Bird Ecosystem Services

Economic Ornithology for the 21st Century

Chapter:
(p.1) Chapter One Bird Ecosystem Services
Source:
Why Birds Matter
Author(s):
Christopher J. WhelanÇağan H. ŞekercioğluDaniel G. Wenny
Publisher:
University of Chicago Press
DOI:10.7208/chicago/9780226382777.003.0001

Ecosystem services are those aspects of the earth that benefit humans. The Millennium Ecosystem Assessment of the United Nations identified four classes of ecosystem services: provisioning services such as food, water, timber, and fiber; regulating services that affect climate, floods, disease, wastes, and water quality; cultural services that provide recreational, aesthetic, and spiritual benefits; and supporting services such as soil formation, photosynthesis, and nutrient cycling.
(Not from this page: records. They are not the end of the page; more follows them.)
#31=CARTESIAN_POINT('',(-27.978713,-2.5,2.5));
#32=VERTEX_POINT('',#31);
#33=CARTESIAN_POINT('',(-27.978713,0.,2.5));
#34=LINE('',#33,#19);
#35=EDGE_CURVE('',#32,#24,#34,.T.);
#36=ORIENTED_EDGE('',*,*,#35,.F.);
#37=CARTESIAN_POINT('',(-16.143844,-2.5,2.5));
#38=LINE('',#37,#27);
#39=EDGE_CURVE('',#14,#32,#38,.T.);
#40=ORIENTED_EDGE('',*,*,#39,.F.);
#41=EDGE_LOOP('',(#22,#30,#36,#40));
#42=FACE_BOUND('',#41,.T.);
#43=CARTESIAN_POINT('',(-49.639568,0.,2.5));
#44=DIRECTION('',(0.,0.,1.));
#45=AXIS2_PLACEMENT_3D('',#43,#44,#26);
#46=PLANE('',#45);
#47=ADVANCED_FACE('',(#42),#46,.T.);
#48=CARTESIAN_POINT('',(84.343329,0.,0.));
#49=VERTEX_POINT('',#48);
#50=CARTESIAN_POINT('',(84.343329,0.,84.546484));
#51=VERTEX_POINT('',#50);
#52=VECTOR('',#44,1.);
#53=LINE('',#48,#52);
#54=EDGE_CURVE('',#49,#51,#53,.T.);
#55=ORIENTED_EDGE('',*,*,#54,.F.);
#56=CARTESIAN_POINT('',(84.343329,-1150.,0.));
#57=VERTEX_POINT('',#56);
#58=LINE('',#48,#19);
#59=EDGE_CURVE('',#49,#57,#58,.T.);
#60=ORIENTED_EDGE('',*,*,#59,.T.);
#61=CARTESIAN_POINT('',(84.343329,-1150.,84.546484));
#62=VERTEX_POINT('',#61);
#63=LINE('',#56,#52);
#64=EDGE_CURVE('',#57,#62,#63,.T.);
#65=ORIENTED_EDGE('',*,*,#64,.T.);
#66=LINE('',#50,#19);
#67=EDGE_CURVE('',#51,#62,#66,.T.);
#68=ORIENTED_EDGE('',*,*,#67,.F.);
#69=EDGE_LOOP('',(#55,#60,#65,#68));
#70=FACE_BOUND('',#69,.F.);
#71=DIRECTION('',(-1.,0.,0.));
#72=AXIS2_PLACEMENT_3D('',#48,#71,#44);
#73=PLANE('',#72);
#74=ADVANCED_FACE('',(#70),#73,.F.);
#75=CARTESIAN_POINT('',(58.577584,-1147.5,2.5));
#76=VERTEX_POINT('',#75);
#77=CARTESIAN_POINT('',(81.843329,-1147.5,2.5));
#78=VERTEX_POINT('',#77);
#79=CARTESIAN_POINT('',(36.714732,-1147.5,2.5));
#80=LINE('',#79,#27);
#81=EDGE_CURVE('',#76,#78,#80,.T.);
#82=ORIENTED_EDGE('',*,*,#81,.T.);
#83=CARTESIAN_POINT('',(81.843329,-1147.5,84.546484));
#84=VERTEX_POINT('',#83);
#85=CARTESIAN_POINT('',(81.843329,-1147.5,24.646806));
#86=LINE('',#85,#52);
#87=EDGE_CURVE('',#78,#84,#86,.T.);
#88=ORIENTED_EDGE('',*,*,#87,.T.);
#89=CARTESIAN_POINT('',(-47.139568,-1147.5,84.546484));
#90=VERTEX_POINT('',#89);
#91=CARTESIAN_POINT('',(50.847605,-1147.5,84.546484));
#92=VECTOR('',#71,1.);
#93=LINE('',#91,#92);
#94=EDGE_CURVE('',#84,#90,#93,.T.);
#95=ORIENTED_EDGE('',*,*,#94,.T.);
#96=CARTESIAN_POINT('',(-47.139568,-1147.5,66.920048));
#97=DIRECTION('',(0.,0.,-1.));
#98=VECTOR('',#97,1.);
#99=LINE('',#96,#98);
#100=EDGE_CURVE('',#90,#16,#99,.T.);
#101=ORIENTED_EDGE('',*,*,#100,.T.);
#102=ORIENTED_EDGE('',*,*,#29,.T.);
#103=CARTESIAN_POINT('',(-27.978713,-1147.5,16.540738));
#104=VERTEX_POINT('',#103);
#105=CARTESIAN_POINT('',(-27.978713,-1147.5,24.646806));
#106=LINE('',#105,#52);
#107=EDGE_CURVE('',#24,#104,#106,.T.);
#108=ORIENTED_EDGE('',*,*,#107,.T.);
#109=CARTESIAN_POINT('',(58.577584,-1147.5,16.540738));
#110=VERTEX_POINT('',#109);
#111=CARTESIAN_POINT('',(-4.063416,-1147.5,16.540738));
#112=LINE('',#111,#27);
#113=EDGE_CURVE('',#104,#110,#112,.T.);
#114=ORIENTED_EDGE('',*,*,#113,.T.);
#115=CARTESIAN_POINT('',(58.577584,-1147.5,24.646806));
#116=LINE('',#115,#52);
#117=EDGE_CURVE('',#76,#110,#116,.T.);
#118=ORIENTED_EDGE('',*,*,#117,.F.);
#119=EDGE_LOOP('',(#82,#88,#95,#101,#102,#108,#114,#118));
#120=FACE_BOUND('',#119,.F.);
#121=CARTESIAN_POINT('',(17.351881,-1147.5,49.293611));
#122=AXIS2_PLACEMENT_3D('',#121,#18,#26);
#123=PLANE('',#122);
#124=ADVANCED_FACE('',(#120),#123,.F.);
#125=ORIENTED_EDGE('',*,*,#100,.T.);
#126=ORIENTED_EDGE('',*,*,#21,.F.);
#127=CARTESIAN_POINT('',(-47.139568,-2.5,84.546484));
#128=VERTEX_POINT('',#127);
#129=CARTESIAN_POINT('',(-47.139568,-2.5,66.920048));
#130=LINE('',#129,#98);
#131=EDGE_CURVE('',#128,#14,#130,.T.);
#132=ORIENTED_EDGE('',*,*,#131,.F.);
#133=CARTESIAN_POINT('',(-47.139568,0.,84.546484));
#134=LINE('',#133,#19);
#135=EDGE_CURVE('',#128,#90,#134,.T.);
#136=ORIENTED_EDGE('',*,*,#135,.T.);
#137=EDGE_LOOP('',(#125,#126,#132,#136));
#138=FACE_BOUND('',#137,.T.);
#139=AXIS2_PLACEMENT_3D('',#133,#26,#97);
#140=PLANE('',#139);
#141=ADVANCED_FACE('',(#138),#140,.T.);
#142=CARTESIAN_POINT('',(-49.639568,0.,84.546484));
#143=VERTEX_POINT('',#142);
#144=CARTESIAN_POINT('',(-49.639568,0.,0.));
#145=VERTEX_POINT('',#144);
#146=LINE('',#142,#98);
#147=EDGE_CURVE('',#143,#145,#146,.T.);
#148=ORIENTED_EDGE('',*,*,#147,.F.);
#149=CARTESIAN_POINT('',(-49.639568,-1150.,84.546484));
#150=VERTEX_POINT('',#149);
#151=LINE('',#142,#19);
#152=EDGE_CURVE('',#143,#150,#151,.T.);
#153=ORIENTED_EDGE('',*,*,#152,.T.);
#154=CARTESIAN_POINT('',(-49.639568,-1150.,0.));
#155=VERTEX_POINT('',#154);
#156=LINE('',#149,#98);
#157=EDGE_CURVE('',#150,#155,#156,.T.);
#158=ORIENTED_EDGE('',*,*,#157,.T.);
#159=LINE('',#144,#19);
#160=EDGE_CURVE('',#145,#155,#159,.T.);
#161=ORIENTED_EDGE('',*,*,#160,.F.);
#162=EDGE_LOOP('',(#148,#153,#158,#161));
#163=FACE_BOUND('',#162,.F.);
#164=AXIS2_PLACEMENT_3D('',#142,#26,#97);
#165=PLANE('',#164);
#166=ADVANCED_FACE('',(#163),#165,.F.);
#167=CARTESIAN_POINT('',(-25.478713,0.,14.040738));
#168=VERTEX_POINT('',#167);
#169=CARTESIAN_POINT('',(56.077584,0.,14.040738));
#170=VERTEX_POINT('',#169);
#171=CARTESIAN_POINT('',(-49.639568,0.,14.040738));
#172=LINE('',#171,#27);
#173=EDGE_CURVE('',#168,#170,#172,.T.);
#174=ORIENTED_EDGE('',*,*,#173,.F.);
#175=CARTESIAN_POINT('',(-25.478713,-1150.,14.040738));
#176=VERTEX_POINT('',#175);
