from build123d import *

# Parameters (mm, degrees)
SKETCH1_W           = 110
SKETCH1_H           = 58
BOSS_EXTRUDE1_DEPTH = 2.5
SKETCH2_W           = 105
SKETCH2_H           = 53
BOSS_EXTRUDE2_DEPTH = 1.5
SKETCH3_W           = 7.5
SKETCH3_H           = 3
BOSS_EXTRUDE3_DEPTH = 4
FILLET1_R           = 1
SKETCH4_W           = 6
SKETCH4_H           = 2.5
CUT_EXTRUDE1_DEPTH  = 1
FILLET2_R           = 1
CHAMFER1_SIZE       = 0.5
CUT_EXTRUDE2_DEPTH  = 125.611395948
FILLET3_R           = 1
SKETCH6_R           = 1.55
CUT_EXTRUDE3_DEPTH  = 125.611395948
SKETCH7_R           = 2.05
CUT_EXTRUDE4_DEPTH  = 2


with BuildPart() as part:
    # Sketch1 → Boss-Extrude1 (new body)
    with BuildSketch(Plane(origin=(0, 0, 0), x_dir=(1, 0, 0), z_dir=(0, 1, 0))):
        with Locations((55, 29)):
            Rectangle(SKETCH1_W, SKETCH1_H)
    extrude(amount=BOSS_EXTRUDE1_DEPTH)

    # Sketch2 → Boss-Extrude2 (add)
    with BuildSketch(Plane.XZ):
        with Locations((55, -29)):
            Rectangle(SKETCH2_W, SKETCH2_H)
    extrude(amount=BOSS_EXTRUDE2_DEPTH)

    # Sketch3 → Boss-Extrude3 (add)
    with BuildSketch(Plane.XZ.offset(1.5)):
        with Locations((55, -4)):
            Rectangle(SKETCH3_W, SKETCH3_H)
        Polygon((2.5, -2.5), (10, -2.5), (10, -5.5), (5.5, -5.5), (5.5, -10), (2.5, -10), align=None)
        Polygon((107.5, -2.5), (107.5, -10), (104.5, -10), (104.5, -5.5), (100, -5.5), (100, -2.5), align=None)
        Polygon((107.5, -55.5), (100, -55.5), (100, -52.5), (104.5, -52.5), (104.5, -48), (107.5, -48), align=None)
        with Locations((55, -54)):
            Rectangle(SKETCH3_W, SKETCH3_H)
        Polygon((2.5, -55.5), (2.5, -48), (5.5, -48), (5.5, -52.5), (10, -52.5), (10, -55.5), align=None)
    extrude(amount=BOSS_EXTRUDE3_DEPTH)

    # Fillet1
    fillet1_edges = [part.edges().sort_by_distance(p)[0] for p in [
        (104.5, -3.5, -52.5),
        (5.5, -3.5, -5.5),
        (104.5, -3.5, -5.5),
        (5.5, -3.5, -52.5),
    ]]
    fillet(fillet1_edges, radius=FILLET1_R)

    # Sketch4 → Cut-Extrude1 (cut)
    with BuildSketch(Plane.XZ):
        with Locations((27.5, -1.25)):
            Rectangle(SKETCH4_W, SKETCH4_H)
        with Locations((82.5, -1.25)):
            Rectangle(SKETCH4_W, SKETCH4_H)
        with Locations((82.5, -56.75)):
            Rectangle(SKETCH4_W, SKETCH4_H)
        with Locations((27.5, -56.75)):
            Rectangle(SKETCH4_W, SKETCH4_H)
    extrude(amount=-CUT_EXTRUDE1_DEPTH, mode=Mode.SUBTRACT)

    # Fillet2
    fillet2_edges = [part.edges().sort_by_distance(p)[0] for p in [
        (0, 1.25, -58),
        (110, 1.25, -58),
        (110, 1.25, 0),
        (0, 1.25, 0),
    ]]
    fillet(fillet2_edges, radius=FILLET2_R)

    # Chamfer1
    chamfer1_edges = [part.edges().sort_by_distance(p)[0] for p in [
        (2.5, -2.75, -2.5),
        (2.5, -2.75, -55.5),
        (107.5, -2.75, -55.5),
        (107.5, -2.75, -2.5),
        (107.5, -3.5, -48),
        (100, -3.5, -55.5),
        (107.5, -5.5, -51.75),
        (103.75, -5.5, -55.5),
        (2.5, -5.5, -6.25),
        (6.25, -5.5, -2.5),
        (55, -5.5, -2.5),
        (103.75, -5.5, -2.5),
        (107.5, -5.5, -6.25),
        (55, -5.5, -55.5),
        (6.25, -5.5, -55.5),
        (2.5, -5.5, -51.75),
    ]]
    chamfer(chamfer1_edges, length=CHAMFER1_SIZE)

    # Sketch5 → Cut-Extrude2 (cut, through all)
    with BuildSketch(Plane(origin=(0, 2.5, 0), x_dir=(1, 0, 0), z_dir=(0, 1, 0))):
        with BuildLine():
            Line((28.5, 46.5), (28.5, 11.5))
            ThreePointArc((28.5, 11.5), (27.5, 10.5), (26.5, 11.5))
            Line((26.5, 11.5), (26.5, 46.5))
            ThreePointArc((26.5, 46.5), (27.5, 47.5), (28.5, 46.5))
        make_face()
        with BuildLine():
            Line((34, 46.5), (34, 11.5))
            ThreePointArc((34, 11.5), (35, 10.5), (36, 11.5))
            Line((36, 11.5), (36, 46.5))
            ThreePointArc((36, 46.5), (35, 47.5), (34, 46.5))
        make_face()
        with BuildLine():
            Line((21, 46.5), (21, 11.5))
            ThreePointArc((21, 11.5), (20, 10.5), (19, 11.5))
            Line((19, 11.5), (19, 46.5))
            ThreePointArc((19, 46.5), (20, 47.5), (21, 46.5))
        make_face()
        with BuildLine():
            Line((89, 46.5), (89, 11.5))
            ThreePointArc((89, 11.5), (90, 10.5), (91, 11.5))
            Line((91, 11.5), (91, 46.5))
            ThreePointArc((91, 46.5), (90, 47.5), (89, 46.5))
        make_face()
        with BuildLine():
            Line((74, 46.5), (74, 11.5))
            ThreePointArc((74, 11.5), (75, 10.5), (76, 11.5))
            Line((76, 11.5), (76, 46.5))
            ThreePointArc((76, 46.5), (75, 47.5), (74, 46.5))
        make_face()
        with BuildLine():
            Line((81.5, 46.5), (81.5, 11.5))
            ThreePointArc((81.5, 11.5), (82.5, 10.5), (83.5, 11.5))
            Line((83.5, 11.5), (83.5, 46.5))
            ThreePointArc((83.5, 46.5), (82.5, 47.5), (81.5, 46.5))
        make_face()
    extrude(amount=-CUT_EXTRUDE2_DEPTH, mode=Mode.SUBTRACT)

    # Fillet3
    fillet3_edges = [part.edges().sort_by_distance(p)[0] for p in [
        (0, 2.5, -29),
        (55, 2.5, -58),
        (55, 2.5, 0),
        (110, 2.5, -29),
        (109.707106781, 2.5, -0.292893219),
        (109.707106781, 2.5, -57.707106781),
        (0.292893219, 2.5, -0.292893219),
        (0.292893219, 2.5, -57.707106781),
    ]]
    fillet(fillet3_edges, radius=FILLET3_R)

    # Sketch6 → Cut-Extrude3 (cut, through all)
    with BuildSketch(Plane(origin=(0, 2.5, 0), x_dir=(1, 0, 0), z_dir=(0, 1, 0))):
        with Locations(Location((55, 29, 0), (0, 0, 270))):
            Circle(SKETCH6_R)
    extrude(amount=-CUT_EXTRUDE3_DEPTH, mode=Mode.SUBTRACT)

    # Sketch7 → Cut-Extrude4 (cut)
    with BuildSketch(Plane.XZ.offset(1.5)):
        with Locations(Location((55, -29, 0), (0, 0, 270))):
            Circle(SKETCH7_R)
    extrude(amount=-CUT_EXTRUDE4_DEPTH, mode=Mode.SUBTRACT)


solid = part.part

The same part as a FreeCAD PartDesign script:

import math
import FreeCAD as App
import Part
import Sketcher


def edges_at(feature, points):
    """Names of the edges that pass closest to the given points."""
    edges = feature.Shape.Edges
    near = lambda p: min(range(len(edges)), key=lambda i: edges[i].distToShape(Part.Vertex(*p))[0])
    return sorted({f"Edge{near(p) + 1}" for p in points})

doc = App.newDocument("Part")
body = doc.addObject("PartDesign::Body", "Body")

# Sketch on XZ plane
sketch1 = body.newObject("Sketcher::SketchObject", "Sketch")
sketch1.AttachmentSupport = (doc.getObject("XZ_Plane"), [""])
sketch1.MapMode = "FlatFace"
sketch1.addGeometry(Part.LineSegment(App.Vector(0, -58, 0), App.Vector(0, 0, 0)), False)
sketch1.addGeometry(Part.LineSegment(App.Vector(0, 0, 0), App.Vector(110, 0, 0)), False)
sketch1.addGeometry(Part.LineSegment(App.Vector(110, 0, 0), App.Vector(110, -58, 0)), False)
sketch1.addGeometry(Part.LineSegment(App.Vector(110, -58, 0), App.Vector(0, -58, 0)), False)
sketch1.addConstraint(Sketcher.Constraint("Coincident", 0, 2, 1, 1))
sketch1.addConstraint(Sketcher.Constraint("Coincident", 1, 2, 2, 1))
sketch1.addConstraint(Sketcher.Constraint("Coincident", 2, 2, 3, 1))
sketch1.addConstraint(Sketcher.Constraint("Coincident", 3, 2, 0, 1))
sketch1.addConstraint(Sketcher.Constraint("Vertical", 0))
sketch1.addConstraint(Sketcher.Constraint("Horizontal", 1))
sketch1.addConstraint(Sketcher.Constraint("Vertical", 2))
sketch1.addConstraint(Sketcher.Constraint("Horizontal", 3))
sketch1.addConstraint(Sketcher.Constraint("Coincident", 0, 2, -1, 1))
sketch1.addConstraint(Sketcher.Constraint("DistanceX", 1, 1, 1, 2, 110.0))
sketch1.addConstraint(Sketcher.Constraint("DistanceY", 0, 1, 0, 2, 58.0))
pad1 = body.newObject("PartDesign::Pad", "Pad")
pad1.Profile = sketch1
pad1.Length = 2.5
pad1.Reversed = True

# Sketch on XZ plane
sketch2 = body.newObject("Sketcher::SketchObject", "Sketch001")
sketch2.AttachmentSupport = (doc.getObject("XZ_Plane"), [""])
sketch2.MapMode = "FlatFace"
sketch2.addGeometry(Part.LineSegment(App.Vector(2, -2, 0), App.Vector(2, -56, 0)), False)
sketch2.addGeometry(Part.LineSegment(App.Vector(2, -56, 0), App.Vector(108, -56, 0)), False)
sketch2.addGeometry(Part.LineSegment(App.Vector(108, -56, 0), App.Vector(108, -2, 0)), False)
sketch2.addGeometry(Part.LineSegment(App.Vector(108, -2, 0), App.Vector(2, -2, 0)), False)
sketch2.addConstraint(Sketcher.Constraint("Coincident", 0, 2, 1, 1))
sketch2.addConstraint(Sketcher.Constraint("Coincident", 1, 2, 2, 1))
sketch2.addConstraint(Sketcher.Constraint("Coincident", 2, 2, 3, 1))
sketch2.addConstraint(Sketcher.Constraint("Coincident", 3, 2, 0, 1))
sketch2.addConstraint(Sketcher.Constraint("Vertical", 0))
sketch2.addConstraint(Sketcher.Constraint("Horizontal", 1))
sketch2.addConstraint(Sketcher.Constraint("Vertical", 2))
sketch2.addConstraint(Sketcher.Constraint("Horizontal", 3))
sketch2.addConstraint(Sketcher.Constraint("DistanceX", 1, 1, 1, 2, 105.0))
sketch2.addConstraint(Sketcher.Constraint("DistanceY", 0, 2, 0, 1, 53.0))
sketch2.addConstraint(Sketcher.Constraint("DistanceX", -1, 1, 0, 2, 2.5))
sketch2.addConstraint(Sketcher.Constraint("DistanceY", 0, 2, -1, 1, 55.5))
pad2 = body.newObject("PartDesign::Pad", "Pad001")
pad2.Profile = sketch2
pad2.Length = 1.5

# Sketch on XZ plane
sketch3 = body.newObject("Sketcher::SketchObject", "Sketch002")
sketch3.AttachmentSupport = (doc.getObject("XZ_Plane"), [""])
sketch3.MapMode = "FlatFace"
sketch3.AttachmentOffset = App.Placement(App.Vector(0, 0, 1.5), App.Rotation())
sketch3.addGeometry(Part.LineSegment(App.Vector(51.2, -2.5, 0), App.Vector(51.2, -5.5, 0)), False)
sketch3.addGeometry(Part.LineSegment(App.Vector(51.2, -5.5, 0), App.Vector(58.8, -5.5, 0)), False)
sketch3.addGeometry(Part.LineSegment(App.Vector(58.8, -5.5, 0), App.Vector(58.8, -2.5, 0)), False)
sketch3.addGeometry(Part.LineSegment(App.Vector(58.8, -2.5, 0), App.Vector(51.2, -2.5, 0)), False)
sketch3.addGeometry(Part.LineSegment(App.Vector(10, -2.5, 0), App.Vector(2.5, -2.5, 0)), False)
sketch3.addGeometry(Part.LineSegment(App.Vector(2.5, -2.5, 0), App.Vector(2.5, -10, 0)), False)
sketch3.addGeometry(Part.LineSegment(App.Vector(2.5, -10, 0), App.Vector(5.5, -10, 0)), False)
sketch3.addGeometry(Part.LineSegment(App.Vector(5.5, -10, 0), App.Vector(5.5, -5.5, 0)), False)
sketch3.addGeometry(Part.LineSegment(App.Vector(5.5, -5.5, 0), App.Vector(10, -5.5, 0)), False)
sketch3.addGeometry(Part.LineSegment(App.Vector(10, -5.5, 0), App.Vector(10, -2.5, 0)), False)
sketch3.addGeometry(Part.LineSegment(App.Vector(107.5, -10, 0), App.Vector(107.5, -2.5, 0)), False)
sketch3.addGeometry(Part.LineSegment(App.Vector(107.5, -2.5, 0), App.Vector(100, -2.5, 0)), False)
sketch3.addGeometry(Part.LineSegment(App.Vector(100, -2.5, 0), App.Vector(100, -5.5, 0)), False)
sketch3.addGeometry(Part.LineSegment(App.Vector(100, -5.5, 0), App.Vector(104.5, -5.5, 0)), False)
sketch3.addGeometry(Part.LineSegment(App.Vector(104.5, -5.5, 0), App.Vector(104.5, -10, 0)), False)
sketch3.addGeometry(Part.LineSegment(App.Vector(104.5, -10, 0), App.Vector(107.5, -10, 0)), False)
sketch3.addGeometry(Part.LineSegment(App.Vector(100, -55.5, 0), App.Vector(107.5, -55.5, 0)), False)
sketch3.addGeometry(Part.LineSegment(App.Vector(107.5, -55.5, 0), App.Vector(107.5, -48, 0)), False)
sketch3.addGeometry(Part.LineSegment(App.Vector(107.5, -48, 0), App.Vector(104.5, -48, 0)), False)
sketch3.addGeometry(Part.LineSegment(App.Vector(104.5, -48, 0), App.Vector(104.5, -52.5, 0)), False)
sketch3.addGeometry(Part.LineSegment(App.Vector(104.5, -52.5, 0), App.Vector(100, -52.5, 0)), False)
sketch3.addGeometry(Part.LineSegment(App.Vector(100, -52.5, 0), App.Vector(100, -55.5, 0)), False)
sketch3.addGeometry(Part.LineSegment(App.Vector(51.2, -52.5, 0), App.Vector(51.2, -55.5, 0)), False)
sketch3.addGeometry(Part.LineSegment(App.Vector(51.2, -55.5, 0), App.Vector(58.8, -55.5, 0)), False)
sketch3.addGeometry(Part.LineSegment(App.Vector(58.8, -55.5, 0), App.Vector(58.8, -52.5, 0)), False)
sketch3.addGeometry(Part.LineSegment(App.Vector(58.8, -52.5, 0), App.Vector(51.2, -52.5, 0)), False)
sketch3.addGeometry(Part.LineSegment(App.Vector(2.5, -48, 0), App.Vector(2.5, -55.5, 0)), False)
sketch3.addGeometry(Part.LineSegment(App.Vector(2.5, -55.5, 0), App.Vector(10, -55.5, 0)), False)
sketch3.addGeometry(Part.LineSegment(App.Vector(10, -55.5, 0), App.Vector(10, -52.5, 0)), False)
sketch3.addGeometry(Part.LineSegment(App.Vector(10, -52.5, 0), App.Vector(5.5, -52.5, 0)), False)
sketch3.addGeometry(Part.LineSegment(App.Vector(5.5, -52.5, 0), App.Vector(5.5, -48, 0)), False)
sketch3.addGeometry(Part.LineSegment(App.Vector(5.5, -48, 0), App.Vector(2.5, -48, 0)), False)
sketch3.addConstraint(Sketcher.Constraint("Coincident", 0, 2, 1, 1))
sketch3.addConstraint(Sketcher.Constraint("Coincident", 1, 2, 2, 1))
sketch3.addConstraint(Sketcher.Constraint("Coincident", 2, 2, 3, 1))
sketch3.addConstraint(Sketcher.Constraint("Coincident", 3, 2, 0, 1))
sketch3.addConstraint(Sketcher.Constraint("Coincident", 4, 2, 5, 1))
sketch3.addConstraint(Sketcher.Constraint("Coincident", 5, 2, 6, 1))
sketch3.addConstraint(Sketcher.Constraint("Coincident", 6, 2, 7, 1))
sketch3.addConstraint(Sketcher.Constraint("Coincident", 7, 2, 8, 1))
sketch3.addConstraint(Sketcher.Constraint("Coincident", 8, 2, 9, 1))
sketch3.addConstraint(Sketcher.Constraint("Coincident", 9, 2, 4, 1))
sketch3.addConstraint(Sketcher.Constraint("Coincident", 10, 2, 11, 1))
sketch3.addConstraint(Sketcher.Constraint("Coincident", 11, 2, 12, 1))
sketch3.addConstraint(Sketcher.Constraint("Coincident", 12, 2, 13, 1))
sketch3.addConstraint(Sketcher.Constraint("Coincident", 13, 2, 14, 1))
sketch3.addConstraint(Sketcher.Constraint("Coincident", 14, 2, 15, 1))
sketch3.addConstraint(Sketcher.Constraint("Coincident", 15, 2, 10, 1))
Interest in both the positive and negative roles of birds spurred development of Economic Ornithology, which investigated the food, habits, and migrations of birds in relation to both insects and plants. Although the discipline was initially greeted enthusiastically, criticism of methods and skepticism regarding conclusions grew in the early 20th century. Keeping in mind the eventual demise of Economic Ornithology in the early 20th century, efforts to revitalize the field today must be rigorous, repeatable, with a focus on tangible measures of plant yield in managed systems and plant fitness in natural systems. Cost-benefit analysis may permit evaluation of bird contributions to ecosystem service and disservice with respect to alternative mechanisms that are available (e.g., bird predation versus pesticides for pest control). Efforts that permit scaling up from experimental plots to entire ecosystems are critical.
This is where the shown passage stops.